Removing Singletons and Filtering Out Low Relative Abundance

Hello,

It is my understanding that in QIIME 1.9.1 you were able to use the following commands to 1) remove singletons and 2) filter out anything with a relative abundance below a certain percentage:

  1. filter_otus_from_otu_table.py -i otu_table.biom -o otu_table_no_singletons.biom -n 2

  2. filter_otus_from_otu_table.py -i table.biom -o table_no_low_abundances.biom --min_count_fraction 0.00005

From what I understand, DADA2 should take care of my issue 1), correct? If I’m right in assuming so, how does DADA2 ensure that singletons are removed or is there some other parameter I need to be adding to make sure that is done?

For the low abundances, based on Bokulich (2013): Quality-filtering vastly improves diversity estimates from Illumina amplicon sequencing we’d like ensure anything with a relative abundance <0.005% is removed before doing our alpha and beta diversity analyses. I’ve seen that “–p-min-frequency” can be used with “qiime feature-table filter-features” to remove low abundance features from a table. However, I am trying to find a way to do something similar to what was done with the 2013 paper and remove anything at <0.005% after obtaining the relative abundances as follows:

qiime taxa collapse
–i-table table.qza
–i-taxonomy taxonomy.qza
–p-level 6
–o-collapsed-table genus-table.qza
qiime feature-table relative-frequency
–i-table genus-table.qza
–o-relative-frequency-table rel-genus-table.qza
qiime tools export rel-genus-table.qza
–output-dir RelativeAbundanceTables/Genus
cd RelativeAbundanceTables/Genus
biom convert -i feature-table.biom -o rel-genus-table.tsv --to-tsv

Is there a way to do this? If not, I’m not really sure how to equate that 0.005% for --p-min-frequency in the FeatureTable step.

Thanks in advance!

1 Like

You are correct. dada2 dereplicates the sequences, then removes all singletons BEFORE merging. So it is still theoretically possible for singletons to appear after merging, e.g., if some merges fail or if merging denoised sequence pairs results in a unique sequence. The parameter to filter singletons is not exposed, as far as I can tell.

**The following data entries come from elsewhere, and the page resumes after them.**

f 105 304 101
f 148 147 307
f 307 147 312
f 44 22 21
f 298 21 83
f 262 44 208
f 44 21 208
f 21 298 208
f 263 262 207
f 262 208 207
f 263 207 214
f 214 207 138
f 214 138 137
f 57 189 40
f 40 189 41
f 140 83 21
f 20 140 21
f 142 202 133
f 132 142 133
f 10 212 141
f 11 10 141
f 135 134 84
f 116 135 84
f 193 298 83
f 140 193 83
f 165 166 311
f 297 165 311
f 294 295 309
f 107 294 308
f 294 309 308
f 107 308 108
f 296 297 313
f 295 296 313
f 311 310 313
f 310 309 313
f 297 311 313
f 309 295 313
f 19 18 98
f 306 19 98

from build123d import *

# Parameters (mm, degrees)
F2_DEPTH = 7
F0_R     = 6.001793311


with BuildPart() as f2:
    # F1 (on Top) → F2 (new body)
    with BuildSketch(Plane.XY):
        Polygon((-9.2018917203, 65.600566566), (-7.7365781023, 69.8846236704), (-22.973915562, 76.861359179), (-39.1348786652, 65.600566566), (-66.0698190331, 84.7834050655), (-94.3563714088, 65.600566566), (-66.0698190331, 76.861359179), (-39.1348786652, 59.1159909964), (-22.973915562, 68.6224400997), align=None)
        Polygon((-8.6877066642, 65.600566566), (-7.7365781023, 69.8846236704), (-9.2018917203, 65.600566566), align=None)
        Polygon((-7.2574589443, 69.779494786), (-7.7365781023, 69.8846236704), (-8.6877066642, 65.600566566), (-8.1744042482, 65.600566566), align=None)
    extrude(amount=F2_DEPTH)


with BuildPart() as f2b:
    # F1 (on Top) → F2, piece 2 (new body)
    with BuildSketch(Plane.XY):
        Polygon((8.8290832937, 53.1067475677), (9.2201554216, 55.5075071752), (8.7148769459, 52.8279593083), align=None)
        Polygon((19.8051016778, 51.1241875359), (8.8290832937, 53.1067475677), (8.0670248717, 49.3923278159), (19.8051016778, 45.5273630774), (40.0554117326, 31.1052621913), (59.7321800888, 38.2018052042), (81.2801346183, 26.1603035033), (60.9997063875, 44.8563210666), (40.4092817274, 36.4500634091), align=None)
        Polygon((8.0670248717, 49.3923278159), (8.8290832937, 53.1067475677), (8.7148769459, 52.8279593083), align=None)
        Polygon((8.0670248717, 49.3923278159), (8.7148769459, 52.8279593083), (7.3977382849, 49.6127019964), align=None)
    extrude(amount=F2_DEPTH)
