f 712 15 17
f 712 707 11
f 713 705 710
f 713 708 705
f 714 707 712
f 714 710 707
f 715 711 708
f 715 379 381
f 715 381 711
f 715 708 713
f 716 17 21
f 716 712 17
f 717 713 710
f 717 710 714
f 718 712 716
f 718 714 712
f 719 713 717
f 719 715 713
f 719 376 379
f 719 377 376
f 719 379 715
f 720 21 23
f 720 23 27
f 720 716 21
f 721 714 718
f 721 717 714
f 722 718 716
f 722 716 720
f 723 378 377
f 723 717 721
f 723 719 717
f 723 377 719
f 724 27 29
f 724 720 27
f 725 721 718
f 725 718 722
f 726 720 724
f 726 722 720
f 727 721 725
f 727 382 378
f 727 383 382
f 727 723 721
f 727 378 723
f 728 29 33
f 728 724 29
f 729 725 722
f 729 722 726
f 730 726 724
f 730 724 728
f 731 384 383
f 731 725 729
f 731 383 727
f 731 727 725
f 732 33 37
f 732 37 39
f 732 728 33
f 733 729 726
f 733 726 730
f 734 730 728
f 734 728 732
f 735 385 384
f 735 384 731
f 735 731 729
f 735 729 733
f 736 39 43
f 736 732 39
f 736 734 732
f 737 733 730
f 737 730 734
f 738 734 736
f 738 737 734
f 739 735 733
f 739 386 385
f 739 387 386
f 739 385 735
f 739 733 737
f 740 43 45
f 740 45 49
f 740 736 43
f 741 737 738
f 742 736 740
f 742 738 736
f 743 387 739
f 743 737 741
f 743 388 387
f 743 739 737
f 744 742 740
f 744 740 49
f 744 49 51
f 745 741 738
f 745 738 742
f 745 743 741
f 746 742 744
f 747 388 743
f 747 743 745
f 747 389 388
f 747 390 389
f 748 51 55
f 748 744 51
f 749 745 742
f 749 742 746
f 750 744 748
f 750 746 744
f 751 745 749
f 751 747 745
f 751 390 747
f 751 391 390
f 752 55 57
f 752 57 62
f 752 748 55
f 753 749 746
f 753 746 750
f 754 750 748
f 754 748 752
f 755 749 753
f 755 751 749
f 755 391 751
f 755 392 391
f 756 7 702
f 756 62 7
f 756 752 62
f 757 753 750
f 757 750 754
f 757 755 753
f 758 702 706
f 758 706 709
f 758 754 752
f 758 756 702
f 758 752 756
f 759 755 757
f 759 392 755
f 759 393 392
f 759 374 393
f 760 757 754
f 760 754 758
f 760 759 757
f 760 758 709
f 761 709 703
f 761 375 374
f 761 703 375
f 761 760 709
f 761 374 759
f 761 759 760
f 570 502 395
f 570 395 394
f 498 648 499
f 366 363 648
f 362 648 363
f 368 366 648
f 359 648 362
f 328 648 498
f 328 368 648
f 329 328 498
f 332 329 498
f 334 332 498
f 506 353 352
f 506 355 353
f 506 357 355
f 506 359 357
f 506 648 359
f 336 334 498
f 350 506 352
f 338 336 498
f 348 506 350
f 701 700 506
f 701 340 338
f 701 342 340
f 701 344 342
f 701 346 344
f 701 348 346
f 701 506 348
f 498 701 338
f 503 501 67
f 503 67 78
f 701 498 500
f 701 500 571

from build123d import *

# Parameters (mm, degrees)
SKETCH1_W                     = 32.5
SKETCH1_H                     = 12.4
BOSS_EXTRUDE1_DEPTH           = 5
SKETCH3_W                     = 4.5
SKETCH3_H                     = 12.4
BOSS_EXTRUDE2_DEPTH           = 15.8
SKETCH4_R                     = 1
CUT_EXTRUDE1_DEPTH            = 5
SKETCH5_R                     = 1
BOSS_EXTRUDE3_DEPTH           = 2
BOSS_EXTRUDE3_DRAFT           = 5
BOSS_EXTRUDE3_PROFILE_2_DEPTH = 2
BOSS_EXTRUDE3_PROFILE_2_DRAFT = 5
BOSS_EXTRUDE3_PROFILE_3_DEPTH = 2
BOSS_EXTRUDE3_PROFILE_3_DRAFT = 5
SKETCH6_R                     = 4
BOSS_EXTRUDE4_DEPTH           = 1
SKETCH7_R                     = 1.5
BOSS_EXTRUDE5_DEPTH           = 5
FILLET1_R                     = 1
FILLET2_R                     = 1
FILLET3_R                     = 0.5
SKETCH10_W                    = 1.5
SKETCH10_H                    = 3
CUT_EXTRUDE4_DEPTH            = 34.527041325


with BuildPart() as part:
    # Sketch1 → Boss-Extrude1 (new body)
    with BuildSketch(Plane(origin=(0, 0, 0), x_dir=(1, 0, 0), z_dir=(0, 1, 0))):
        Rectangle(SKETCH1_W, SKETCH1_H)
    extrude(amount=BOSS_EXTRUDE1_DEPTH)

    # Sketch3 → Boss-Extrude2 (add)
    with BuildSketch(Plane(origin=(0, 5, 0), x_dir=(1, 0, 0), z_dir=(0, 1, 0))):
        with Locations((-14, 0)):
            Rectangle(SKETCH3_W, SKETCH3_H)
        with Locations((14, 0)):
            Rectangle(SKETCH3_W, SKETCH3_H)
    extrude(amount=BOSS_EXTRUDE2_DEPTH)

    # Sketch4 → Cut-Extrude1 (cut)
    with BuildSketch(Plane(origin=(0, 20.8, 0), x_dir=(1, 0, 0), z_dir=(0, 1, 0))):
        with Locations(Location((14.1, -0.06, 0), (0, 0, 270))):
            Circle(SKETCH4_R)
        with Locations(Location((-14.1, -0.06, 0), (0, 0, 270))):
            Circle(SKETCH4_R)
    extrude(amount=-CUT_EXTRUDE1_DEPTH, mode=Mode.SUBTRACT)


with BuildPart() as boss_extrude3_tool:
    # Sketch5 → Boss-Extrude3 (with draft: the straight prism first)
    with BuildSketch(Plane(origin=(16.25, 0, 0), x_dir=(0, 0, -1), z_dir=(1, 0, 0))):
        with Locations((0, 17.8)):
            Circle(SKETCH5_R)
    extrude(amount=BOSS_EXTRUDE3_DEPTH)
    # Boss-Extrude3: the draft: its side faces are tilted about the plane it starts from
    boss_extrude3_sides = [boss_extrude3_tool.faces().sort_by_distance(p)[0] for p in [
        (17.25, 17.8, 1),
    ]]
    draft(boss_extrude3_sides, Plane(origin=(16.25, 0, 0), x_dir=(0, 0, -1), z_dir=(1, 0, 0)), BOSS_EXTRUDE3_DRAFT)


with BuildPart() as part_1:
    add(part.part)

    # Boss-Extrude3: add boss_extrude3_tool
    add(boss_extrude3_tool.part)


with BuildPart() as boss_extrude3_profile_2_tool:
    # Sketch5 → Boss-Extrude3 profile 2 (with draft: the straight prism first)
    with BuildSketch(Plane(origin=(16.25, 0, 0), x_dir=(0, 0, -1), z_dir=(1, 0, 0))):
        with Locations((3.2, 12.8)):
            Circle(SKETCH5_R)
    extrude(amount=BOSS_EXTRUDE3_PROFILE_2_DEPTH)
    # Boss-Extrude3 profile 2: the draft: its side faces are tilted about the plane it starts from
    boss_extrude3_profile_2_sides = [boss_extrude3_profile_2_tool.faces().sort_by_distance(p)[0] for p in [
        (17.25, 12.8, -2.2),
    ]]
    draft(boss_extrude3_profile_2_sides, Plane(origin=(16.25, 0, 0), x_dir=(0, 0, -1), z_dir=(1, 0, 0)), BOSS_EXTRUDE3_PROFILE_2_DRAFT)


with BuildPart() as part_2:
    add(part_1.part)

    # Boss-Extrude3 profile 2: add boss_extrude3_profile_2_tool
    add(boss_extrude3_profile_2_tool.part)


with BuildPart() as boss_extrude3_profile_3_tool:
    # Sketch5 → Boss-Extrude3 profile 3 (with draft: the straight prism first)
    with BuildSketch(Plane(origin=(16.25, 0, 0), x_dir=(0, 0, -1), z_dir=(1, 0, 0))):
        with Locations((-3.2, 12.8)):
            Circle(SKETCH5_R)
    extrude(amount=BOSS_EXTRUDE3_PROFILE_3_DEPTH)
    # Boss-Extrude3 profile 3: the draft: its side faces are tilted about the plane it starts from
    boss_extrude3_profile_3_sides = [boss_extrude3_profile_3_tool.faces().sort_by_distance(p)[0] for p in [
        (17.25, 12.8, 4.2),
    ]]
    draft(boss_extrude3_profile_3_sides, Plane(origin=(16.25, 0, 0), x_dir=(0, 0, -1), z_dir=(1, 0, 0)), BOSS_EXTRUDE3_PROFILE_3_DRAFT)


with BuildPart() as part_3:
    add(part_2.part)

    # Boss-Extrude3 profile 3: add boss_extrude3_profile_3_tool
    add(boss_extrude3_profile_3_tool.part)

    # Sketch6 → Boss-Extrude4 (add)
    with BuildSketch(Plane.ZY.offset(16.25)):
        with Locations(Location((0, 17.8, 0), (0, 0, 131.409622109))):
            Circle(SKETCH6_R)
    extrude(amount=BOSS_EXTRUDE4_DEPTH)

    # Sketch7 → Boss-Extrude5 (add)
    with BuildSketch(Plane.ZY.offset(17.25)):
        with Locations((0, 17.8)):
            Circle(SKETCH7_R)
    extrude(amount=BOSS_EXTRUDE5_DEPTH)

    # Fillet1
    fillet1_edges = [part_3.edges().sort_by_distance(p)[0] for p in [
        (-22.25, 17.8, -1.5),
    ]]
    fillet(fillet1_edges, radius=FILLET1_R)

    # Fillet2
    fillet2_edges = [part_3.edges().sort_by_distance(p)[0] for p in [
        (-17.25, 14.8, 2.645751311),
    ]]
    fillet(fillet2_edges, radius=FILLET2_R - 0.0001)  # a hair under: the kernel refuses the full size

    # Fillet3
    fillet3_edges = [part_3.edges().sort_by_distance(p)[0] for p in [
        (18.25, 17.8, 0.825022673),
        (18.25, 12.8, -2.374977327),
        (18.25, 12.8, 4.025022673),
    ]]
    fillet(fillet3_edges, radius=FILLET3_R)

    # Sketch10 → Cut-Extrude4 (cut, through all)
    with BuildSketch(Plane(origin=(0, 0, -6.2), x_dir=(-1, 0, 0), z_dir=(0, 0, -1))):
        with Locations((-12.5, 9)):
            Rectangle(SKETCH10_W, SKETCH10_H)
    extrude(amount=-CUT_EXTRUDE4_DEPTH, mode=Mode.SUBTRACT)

The ol’ “Bokulich Method” was designed specifically for OTU clustering. With denoising methods, this abundance-based filtering technique is not necessary. I’ve heard that old man Bokulich doesn’t even use it anymore, unless if he’s clustering OTUs. :wink:

That said, I suppose you may still want to remove rare ASVs out of an abundance of caution:

Use qiime feature-table summarize to figure out the total # of sequences (“total frequency”). Total frequency * 0.00005 = the min frequency you want.

I hope that helps!

4 Likes

Thank you so much @Nicholas_Bokulich! This is very helpful and exactly what I was looking for! :raised_hands:

1 Like

This topic was automatically closed 31 days after the last reply. New replies are no longer allowed.